I adored this book and your review of it! I haven’t cried so hard during a book in a while! Chiming in with all the other comments to rec “Writers & Lovers” but also strongly recommend “Father of the Rain” by her.

Gina
Gina
2 months ago

Jen, I couldn’t wait for this post! It’s been years since a book truly cracked me open the way Heart the Lover did, as evidenced by the fact that the final third was finished between 2 and 4am on a night I couldn’t sleep because I HAD to know what happened– I didn’t even care about being a tired mess the next day!

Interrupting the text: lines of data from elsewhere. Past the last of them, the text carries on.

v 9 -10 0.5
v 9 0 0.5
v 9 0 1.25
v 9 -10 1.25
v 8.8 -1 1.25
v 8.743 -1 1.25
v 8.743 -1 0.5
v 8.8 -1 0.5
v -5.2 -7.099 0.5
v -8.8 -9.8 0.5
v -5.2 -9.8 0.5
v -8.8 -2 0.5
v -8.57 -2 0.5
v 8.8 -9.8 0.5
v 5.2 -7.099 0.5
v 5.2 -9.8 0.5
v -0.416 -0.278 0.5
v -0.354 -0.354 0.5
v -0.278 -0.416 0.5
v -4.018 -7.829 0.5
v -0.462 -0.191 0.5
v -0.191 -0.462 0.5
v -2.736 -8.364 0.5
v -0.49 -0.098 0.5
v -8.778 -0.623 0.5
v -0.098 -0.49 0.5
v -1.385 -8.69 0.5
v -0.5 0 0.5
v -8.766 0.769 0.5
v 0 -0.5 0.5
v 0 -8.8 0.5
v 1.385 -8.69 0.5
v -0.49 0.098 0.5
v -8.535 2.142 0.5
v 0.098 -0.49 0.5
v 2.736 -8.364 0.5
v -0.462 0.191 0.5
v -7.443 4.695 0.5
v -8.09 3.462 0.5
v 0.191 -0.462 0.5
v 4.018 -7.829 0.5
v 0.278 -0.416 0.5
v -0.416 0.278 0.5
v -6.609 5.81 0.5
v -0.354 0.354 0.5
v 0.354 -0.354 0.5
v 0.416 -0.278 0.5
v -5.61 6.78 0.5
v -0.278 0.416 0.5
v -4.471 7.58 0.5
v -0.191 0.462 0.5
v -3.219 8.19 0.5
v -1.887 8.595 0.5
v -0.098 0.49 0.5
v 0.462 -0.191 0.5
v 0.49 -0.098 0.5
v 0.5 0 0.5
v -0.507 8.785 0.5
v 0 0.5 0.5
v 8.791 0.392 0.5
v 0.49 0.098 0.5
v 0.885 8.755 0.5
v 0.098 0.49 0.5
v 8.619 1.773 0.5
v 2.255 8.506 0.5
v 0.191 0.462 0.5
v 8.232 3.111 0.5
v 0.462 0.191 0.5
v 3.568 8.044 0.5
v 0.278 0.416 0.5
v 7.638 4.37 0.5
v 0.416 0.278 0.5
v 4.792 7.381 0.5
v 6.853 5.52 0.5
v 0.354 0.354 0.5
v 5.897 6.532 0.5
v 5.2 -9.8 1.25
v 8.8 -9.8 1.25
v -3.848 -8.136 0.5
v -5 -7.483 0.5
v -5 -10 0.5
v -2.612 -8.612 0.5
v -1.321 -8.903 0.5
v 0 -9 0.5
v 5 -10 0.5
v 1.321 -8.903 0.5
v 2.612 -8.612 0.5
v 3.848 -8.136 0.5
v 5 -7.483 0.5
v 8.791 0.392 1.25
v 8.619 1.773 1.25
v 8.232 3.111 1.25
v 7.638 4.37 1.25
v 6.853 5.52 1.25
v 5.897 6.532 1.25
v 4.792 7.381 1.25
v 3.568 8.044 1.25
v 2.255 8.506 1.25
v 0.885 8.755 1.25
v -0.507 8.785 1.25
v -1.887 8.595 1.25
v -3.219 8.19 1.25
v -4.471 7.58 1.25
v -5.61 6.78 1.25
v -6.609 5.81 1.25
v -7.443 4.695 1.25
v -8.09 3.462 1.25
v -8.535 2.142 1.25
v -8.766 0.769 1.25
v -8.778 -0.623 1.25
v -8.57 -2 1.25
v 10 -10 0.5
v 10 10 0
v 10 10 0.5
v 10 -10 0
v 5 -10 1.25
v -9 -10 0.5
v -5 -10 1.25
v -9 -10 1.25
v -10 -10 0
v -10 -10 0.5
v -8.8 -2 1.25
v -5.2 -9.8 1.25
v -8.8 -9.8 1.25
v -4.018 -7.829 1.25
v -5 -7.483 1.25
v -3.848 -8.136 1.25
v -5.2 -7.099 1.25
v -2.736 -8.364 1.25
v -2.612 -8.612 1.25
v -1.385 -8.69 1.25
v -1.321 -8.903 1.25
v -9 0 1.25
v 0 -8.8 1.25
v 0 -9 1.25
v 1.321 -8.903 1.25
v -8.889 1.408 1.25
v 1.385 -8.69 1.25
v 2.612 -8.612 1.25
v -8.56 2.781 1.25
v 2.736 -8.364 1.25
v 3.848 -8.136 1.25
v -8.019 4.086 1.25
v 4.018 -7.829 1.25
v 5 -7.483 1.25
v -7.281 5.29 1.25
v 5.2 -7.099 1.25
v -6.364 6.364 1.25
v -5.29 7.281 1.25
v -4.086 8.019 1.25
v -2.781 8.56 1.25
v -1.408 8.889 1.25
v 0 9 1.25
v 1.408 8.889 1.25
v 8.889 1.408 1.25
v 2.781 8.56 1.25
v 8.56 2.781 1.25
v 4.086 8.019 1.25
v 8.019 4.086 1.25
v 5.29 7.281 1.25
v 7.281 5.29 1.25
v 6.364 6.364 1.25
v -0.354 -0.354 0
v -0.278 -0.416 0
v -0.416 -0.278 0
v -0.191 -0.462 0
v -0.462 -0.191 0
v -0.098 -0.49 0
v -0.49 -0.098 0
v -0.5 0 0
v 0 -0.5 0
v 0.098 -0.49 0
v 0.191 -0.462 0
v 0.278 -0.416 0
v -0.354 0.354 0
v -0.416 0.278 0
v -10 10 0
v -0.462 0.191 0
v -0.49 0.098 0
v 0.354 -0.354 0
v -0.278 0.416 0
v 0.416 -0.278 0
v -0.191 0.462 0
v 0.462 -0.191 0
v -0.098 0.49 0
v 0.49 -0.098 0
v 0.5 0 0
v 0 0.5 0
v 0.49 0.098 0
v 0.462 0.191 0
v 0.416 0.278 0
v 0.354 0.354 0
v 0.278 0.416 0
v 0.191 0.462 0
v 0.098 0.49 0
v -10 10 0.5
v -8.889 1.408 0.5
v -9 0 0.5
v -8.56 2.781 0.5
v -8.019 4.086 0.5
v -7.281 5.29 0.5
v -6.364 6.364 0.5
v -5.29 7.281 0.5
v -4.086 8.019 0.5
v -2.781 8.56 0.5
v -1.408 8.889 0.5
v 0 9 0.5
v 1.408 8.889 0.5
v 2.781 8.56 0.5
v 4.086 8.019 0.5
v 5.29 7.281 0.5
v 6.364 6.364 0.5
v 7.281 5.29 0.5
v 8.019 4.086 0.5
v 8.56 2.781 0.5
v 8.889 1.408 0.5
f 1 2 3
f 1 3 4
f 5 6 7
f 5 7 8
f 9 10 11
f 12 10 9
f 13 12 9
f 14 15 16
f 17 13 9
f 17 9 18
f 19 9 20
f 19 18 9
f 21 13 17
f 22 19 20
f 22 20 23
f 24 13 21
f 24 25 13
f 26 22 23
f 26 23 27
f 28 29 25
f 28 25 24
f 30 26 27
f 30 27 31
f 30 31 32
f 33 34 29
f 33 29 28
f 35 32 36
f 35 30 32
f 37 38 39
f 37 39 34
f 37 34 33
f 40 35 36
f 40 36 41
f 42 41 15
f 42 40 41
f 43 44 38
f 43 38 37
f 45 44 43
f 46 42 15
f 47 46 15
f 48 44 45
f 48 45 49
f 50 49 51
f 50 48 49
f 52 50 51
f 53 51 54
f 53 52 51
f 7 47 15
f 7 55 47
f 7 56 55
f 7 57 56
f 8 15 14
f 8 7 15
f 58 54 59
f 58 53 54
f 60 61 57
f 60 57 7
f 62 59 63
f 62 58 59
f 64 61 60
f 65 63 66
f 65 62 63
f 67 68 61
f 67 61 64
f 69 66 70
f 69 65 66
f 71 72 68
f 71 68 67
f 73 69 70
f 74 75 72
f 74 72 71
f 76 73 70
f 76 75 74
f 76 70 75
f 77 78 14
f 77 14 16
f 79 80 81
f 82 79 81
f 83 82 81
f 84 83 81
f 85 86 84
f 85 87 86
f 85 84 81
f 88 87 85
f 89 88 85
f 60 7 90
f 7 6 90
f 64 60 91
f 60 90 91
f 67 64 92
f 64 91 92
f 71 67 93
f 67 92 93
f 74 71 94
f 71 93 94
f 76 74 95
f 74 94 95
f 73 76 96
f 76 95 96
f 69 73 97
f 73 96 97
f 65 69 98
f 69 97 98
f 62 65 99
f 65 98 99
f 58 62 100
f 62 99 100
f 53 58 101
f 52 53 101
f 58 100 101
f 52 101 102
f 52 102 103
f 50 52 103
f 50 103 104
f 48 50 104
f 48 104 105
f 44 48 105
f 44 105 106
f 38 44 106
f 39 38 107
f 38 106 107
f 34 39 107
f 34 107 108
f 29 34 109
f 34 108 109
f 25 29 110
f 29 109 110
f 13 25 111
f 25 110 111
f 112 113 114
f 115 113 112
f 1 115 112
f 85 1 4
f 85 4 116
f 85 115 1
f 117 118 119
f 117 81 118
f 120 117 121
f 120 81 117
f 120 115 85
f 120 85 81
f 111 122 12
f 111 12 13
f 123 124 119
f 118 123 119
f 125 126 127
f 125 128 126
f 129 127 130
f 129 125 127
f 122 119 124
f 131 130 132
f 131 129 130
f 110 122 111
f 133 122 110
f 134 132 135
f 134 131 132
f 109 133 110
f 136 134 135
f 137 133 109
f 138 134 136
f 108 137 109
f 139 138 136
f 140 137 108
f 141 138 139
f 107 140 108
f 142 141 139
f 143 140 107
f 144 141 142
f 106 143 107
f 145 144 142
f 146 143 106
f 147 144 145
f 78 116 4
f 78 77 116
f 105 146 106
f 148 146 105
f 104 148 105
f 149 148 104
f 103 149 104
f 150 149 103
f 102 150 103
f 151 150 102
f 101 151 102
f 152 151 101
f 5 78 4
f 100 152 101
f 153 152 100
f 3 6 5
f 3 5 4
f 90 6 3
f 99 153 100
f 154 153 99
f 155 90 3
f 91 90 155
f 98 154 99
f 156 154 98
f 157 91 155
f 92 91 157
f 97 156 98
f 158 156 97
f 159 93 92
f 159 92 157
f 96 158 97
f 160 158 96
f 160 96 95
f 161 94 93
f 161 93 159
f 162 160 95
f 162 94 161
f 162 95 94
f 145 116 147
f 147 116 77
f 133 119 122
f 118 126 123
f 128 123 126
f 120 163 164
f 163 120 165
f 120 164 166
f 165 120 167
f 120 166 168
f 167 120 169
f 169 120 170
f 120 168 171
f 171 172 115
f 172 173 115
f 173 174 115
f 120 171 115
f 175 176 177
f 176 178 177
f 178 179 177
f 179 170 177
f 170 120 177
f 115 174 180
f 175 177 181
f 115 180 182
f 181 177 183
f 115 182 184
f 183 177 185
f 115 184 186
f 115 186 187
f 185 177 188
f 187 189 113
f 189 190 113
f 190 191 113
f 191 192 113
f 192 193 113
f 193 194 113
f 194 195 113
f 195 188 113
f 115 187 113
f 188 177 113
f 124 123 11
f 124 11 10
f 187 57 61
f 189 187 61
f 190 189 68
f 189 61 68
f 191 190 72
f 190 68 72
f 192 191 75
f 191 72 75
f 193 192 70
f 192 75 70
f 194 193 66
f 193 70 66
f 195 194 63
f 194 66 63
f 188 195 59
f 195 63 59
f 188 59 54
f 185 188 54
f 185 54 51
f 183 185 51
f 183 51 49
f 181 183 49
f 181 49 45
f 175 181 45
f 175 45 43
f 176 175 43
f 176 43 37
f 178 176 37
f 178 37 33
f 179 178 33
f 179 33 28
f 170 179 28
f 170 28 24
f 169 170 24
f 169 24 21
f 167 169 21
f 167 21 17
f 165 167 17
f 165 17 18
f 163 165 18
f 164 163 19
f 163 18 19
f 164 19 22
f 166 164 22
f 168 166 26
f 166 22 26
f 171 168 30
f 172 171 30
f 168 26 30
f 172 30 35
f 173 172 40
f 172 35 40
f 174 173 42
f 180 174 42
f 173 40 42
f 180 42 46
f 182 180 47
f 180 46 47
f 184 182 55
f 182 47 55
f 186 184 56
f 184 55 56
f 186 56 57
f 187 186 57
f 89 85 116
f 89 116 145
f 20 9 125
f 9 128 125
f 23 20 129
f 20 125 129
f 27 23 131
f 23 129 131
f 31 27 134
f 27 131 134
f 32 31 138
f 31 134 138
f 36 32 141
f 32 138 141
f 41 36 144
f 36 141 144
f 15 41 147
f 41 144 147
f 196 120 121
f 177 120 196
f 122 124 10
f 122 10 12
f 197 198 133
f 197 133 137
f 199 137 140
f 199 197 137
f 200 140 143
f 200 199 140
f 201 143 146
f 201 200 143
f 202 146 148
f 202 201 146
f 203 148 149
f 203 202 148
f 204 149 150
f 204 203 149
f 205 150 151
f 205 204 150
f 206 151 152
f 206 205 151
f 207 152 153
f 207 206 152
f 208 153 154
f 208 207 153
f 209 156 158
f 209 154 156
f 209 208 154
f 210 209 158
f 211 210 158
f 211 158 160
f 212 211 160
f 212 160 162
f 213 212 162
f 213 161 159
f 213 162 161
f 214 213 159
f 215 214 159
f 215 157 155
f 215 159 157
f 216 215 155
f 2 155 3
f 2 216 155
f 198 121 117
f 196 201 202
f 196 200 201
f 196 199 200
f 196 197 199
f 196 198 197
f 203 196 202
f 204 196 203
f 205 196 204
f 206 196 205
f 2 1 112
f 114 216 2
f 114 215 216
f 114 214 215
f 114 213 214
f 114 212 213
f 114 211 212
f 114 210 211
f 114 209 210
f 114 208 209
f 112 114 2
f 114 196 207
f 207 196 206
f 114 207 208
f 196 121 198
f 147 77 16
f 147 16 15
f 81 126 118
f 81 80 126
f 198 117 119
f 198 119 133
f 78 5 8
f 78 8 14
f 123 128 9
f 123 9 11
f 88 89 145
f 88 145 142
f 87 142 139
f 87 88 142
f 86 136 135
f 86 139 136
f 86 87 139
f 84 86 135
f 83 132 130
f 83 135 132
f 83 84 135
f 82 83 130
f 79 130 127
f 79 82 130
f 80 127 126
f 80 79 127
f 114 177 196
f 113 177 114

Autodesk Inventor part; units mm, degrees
ref_plane "YZ Plane" through (0, 0, 0) normal (1, 0, 0) x (0, 1, 0)
ref_plane "XZ Plane" through (0, 0, 0) normal (0, 1, 0) x (-1, 0, 0)
ref_plane "XY Plane" through (0, 0, 0) normal (0, 0, 1) x (1, 0, 0)
sketch "Sketch1" plane through (0, 0, 0) normal (0, 0, 1) x (1, 0, 0)
  line L0 (10, -10) -> (-10, -10)
  line L1 (-10, -10) -> (-10, 10)
  line L2 (-10, 10) -> (10, 10)
  line L3 (10, 10) -> (10, -10)
  line L4 (10, -10) -> (-10, 10) construction
  line L5 (-10, -10) -> (10, 10) construction
  point P0 (0, 0)
  dimension "d0" = 20
  dimension "d1" = 20
extrude "Extrusion1" add sketch "Sketch1" along normal blind 0.5
sketch "Sketch2" plane through (0, 0, 0.5) normal (0, 0, 1) x (1, 0, 0)
  point P0 (0, 0)
sketch "Sketch3" plane through (0, 0, 0.5) normal (0, 0, 1) x (1, 0, 0)
  line L0 (-10, -10) -> (10, -10) projected
  line L1 (-5, -7.4833) -> (-5, -10)
  line L2 (-5, -10) -> (-9, -10)
  line L3 (-9, -10) -> (-9, 0)
  line L4 (5, 0) -> (9, 0)
  line L5 (9, 0) -> (9, -10)
  line L6 (9, -10) -> (5, -10)
  line L7 (5, -10) -> (5, -7.4833)
  line L8 (-10, 10) -> (-10, -10) projected
  line L9 (10, -10) -> (10, 10) projected
  arc A0 (-5, -7.4833) -> (5, -7.4833) centre (0, 0) ccw
  arc A1 (9, 0) -> (-9, 0) centre (0, 0) ccw
  dimension "d4" = 4
  dimension "d5" = 1
  dimension "d6" = 1
extrude "Extrusion2" add sketch "Sketch3" along normal blind 0.75 contours L3 A1 L5 L0 L7 A0 L1
sketch "Sketch4" plane through (0, 0, 1.25) normal (0, 0, 1) x (1, 0, 0)
  line L0 (-8.8, -2) -> (-8.5697, -2)
  line L1 (-5.2, -7.0993) -> (-5.2, -9.8)
  line L2 (-5.2, -9.8) -> (-8.8, -9.8)
  line L3 (-8.8, -9.8) -> (-8.8, -2)
  line L4 (-9, 0) -> (-9, -10) projected
  line L5 (-9, -10) -> (-5, -10) projected
  line L6 (-5, -10) -> (-5, -7.4833) projected
  line L7 (8.743, -1) -> (8.8, -1)
  line L8 (8.8, -1) -> (8.8, -9.8)
  line L9 (8.8, -9.8) -> (5.2, -9.8)
  line L10 (5.2, -9.8) -> (5.2, -7.0993)
  line L11 (9, -10) -> (9, 0) projected
  line L12 (5, -10) -> (9, -10) projected
  line L13 (5, -7.4833) -> (5, -10) projected
  arc A0 (-5.2, -7.0993) -> (5.2, -7.0993) centre (0, 0) ccw
  arc A1 (8.743, -1) -> (-8.5697, -2) centre (0, 0) ccw
  dimension "d9" = 0.2
  dimension "d10" = 0.2
  dimension "d11" = 0.2
  dimension "d12" = 0.2
  dimension "d13" = 0.2
  dimension "d14" = 0.2
extrude "Extrusion3" cut sketch "Sketch4" against normal blind 0.75
sketch "Sketch6" plane through (0, 0, 0.5) normal (0, 0, 1) x (1, 0, 0)
  point P0 (0, 0)
sketch "Sketch9" plane through (0, 0, 0.5) normal (0, 0, 1) x (1, 0, 0)
  circle A0 centre (0, 0) radius 0.5
  dimension "d20" = 1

This book reminded me of Ann Patchett with it’s quiet brilliance: that feeling that “nothing happens and yet everything happens” as we move through decades of Jordan’s life and somehow come away with such clarity about what matters– love, relationships, hard lessons and who we become because of what we learn from them. And I was especially struck by how clearly this story captures something I have personally found to be true in my 40s: the most all-consuming love of your youth isn’t always the right foundation on which to build a life, a family, a lasting partnership with. (This is perfectly illustrated by the way her husband shows up for her on the final pages of the book! Oh how I cried…) And as you said, Jordan can still see that with clear eyes, despite never having had resolution or closure with Yash after he disappointed her in such a crushing way so long ago.

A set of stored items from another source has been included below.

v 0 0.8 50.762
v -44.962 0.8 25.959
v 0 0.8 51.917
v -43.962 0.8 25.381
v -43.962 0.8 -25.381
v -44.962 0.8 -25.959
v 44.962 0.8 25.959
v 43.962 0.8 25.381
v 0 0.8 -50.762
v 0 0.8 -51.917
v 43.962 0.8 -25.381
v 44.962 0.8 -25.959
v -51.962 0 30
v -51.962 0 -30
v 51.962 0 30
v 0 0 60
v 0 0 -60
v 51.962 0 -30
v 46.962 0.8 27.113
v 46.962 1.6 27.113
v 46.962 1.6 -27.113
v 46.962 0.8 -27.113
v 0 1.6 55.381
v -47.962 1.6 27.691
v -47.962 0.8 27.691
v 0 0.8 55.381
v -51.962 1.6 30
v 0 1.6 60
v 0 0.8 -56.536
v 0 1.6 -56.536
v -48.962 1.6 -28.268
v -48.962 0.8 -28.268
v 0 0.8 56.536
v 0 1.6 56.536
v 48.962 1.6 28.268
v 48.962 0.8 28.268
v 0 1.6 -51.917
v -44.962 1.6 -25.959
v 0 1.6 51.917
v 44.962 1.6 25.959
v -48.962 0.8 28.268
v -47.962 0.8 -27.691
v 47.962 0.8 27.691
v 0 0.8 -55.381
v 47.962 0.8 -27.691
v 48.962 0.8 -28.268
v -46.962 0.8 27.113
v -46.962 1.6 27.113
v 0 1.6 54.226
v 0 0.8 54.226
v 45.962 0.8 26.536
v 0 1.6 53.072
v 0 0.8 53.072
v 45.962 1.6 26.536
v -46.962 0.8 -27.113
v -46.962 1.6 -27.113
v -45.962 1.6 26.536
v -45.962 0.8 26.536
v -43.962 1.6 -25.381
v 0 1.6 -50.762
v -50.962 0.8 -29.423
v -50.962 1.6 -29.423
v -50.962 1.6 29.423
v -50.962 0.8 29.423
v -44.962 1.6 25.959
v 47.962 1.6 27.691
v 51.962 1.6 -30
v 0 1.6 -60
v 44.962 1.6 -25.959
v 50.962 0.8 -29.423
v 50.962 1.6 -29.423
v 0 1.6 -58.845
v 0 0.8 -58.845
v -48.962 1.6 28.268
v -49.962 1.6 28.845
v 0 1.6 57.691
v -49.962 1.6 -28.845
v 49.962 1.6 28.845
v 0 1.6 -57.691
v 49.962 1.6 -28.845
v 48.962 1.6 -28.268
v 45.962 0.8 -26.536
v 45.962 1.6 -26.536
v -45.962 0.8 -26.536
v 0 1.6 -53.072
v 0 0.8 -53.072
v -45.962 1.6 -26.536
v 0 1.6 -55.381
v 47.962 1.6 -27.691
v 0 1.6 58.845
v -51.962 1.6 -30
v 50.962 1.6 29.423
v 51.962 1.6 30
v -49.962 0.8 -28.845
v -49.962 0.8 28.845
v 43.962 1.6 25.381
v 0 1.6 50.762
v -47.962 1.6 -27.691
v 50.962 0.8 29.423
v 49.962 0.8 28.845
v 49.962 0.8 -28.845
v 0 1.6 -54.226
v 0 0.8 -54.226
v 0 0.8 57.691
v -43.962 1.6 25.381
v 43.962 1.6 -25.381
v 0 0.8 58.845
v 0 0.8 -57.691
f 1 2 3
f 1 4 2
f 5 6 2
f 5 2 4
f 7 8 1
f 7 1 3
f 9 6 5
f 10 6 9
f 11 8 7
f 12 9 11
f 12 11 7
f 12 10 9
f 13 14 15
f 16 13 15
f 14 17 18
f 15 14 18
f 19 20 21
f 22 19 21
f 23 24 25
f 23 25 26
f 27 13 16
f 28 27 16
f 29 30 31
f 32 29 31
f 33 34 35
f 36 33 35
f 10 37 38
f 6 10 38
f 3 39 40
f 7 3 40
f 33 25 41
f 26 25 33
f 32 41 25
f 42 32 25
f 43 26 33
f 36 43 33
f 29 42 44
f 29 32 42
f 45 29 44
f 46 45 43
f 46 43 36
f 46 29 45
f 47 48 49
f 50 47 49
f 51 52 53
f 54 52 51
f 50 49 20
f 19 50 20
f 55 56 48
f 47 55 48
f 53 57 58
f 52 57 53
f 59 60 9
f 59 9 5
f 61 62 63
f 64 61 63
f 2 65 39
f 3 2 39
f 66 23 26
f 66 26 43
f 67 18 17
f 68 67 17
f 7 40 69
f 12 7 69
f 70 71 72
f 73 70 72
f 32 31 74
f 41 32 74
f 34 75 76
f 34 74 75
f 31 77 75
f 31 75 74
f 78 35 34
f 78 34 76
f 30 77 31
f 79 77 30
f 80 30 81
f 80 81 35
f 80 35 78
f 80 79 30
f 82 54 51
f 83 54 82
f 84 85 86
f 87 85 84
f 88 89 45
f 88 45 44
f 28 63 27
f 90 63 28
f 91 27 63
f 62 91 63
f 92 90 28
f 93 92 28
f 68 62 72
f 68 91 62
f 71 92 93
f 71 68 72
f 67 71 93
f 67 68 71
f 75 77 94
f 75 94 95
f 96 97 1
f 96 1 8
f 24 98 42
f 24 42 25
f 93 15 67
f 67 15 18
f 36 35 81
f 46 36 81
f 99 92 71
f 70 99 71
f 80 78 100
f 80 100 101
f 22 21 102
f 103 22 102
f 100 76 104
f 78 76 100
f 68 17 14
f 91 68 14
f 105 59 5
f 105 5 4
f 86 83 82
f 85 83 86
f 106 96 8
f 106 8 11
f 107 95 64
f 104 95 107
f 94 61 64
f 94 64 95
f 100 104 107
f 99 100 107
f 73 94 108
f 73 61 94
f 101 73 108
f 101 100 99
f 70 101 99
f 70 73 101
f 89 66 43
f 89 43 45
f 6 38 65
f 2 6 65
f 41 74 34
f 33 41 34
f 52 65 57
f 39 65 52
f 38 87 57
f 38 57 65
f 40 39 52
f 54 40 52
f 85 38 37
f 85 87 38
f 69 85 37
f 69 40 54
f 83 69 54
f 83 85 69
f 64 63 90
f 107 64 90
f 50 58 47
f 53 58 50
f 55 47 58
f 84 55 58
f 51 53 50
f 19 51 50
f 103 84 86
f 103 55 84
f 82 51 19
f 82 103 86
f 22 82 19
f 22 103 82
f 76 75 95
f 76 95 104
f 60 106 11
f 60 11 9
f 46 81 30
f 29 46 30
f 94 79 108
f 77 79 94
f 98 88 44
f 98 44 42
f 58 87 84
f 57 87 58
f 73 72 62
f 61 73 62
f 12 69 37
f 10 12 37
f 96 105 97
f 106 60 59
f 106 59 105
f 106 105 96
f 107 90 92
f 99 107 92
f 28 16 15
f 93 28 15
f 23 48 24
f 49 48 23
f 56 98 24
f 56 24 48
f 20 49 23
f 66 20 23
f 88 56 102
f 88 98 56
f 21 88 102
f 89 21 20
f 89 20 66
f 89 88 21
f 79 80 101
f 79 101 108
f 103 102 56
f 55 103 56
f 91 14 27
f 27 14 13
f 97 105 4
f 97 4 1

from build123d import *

# Parameters (mm, degrees)
BOSS_EXTRUDE1_DEPTH = 1.6
CUT_EXTRUDE1_DEPTH  = 0.8


with BuildPart() as part:
    # Sketch1 → Boss-Extrude1 (new body)
    with BuildSketch(Plane(origin=(0, 0, 0), x_dir=(1, 0, 0), z_dir=(0, 1, 0))):
        Polygon((0, -60), (51.961524227, -30), (51.961524227, 30), (0, 60), (-51.961524227, 30), (-51.961524227, -30), align=None)
    extrude(amount=BOSS_EXTRUDE1_DEPTH)

    # Sketch2 → Cut-Extrude1 (cut)
    # profile 1 of 4: a face of its own
    with BuildSketch(Plane(origin=(0, 1.6, 0), x_dir=(1, 0, 0), z_dir=(0, 1, 0))):
        Polygon((0, 58.845299462), (-50.961524227, 29.422649731), (-50.961524227, -29.422649731), (0, -58.845299462), (50.961524227, -29.422649731), (50.961524227, 29.422649731), align=None)
        Polygon((-49.961524227, 28.845299462), (-49.961524227, -28.845299462), (0, -57.690598923), (49.961524227, -28.845299462), (49.961524227, 28.845299462), (0, 57.690598923), align=None, mode=Mode.SUBTRACT)
    # profile 2 of 4: a face of its own
    with BuildSketch(Plane(origin=(0, 1.6, 0), x_dir=(1, 0, 0), z_dir=(0, 1, 0))):
        Polygon((0, 56.535898385), (-48.961524227, 28.267949192), (-48.961524227, -28.267949192), (0, -56.535898385), (48.961524227, -28.267949192), (48.961524227, 28.267949192), align=None)
        Polygon((-47.961524227, 27.690598923), (-47.961524227, -27.690598923), (0, -55.381197846), (47.961524227, -27.690598923), (47.961524227, 27.690598923), (0, 55.381197846), align=None, mode=Mode.SUBTRACT)
    # profile 3 of 4: a face of its own
    with BuildSketch(Plane(origin=(0, 1.6, 0), x_dir=(1, 0, 0), z_dir=(0, 1, 0))):
        Polygon((0, 54.226497308), (-46.961524227, 27.113248654), (-46.961524227, -27.113248654), (0, -54.226497308), (46.961524227, -27.113248654), (46.961524227, 27.113248654), align=None)
        Polygon((-45.961524227, 26.535898385), (-45.961524227, -26.535898385), (0, -53.07179677), (45.961524227, -26.535898385), (45.961524227, 26.535898385), (0, 53.07179677), align=None, mode=Mode.SUBTRACT)
    # profile 4 of 4: a face of its own
    with BuildSketch(Plane(origin=(0, 1.6, 0), x_dir=(1, 0, 0), z_dir=(0, 1, 0))):
        Polygon((0, 51.917096231), (-44.961524227, 25.958548116), (-44.961524227, -25.958548116), (0, -51.917096231), (44.961524227, -25.958548116), (44.961524227, 25.958548116), align=None)
        Polygon((-43.961524227, 25.381197846), (-43.961524227, -25.381197846), (0, -50.762395693), (43.961524227, -25.381197846), (43.961524227, 25.381197846), (0, 50.762395693), align=None, mode=Mode.SUBTRACT)
    extrude(amount=-CUT_EXTRUDE1_DEPTH, mode=Mode.SUBTRACT)


solid = part.part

I didn’t realize when I started that it was a companion to Writers and Lovers, so the minute I finished, I downloaded that too because I wasn’t ready to leave our narrator’s world. I’m about 60% of the way through now and have gone back and forth on whether it would’ve been better to read first– but honestly, I love catching the Easter eggs and knowing where she ends up, which makes so much of what I’m reading now feel even more meaningful!

Claire
Claire
2 months ago

I really enjoyed this book.. and your review was fantastic.

Elisabeth
Elisabeth
2 months ago

I’ve ready everything of Lily King and honestly it’s all good. Does anyone have recommendations for books similar to this one/others of hers? I love this style but find it hard to find books that fit the same niche to me!

Ava
Ava
2 months ago

I imagine you will be inundated with requests to read Writers and Lovers! Heat the Lover is a prequel/sequel. It’s just as wonderful.

Meredith
Meredith
2 months ago
Reply to  Ava

Yes, and Casey is the protagonist from Writers and Lovers!

Lindsey Mead
Lindsey Mead
2 months ago

Read everything. She’s so good. . But my favorite is Euphoris.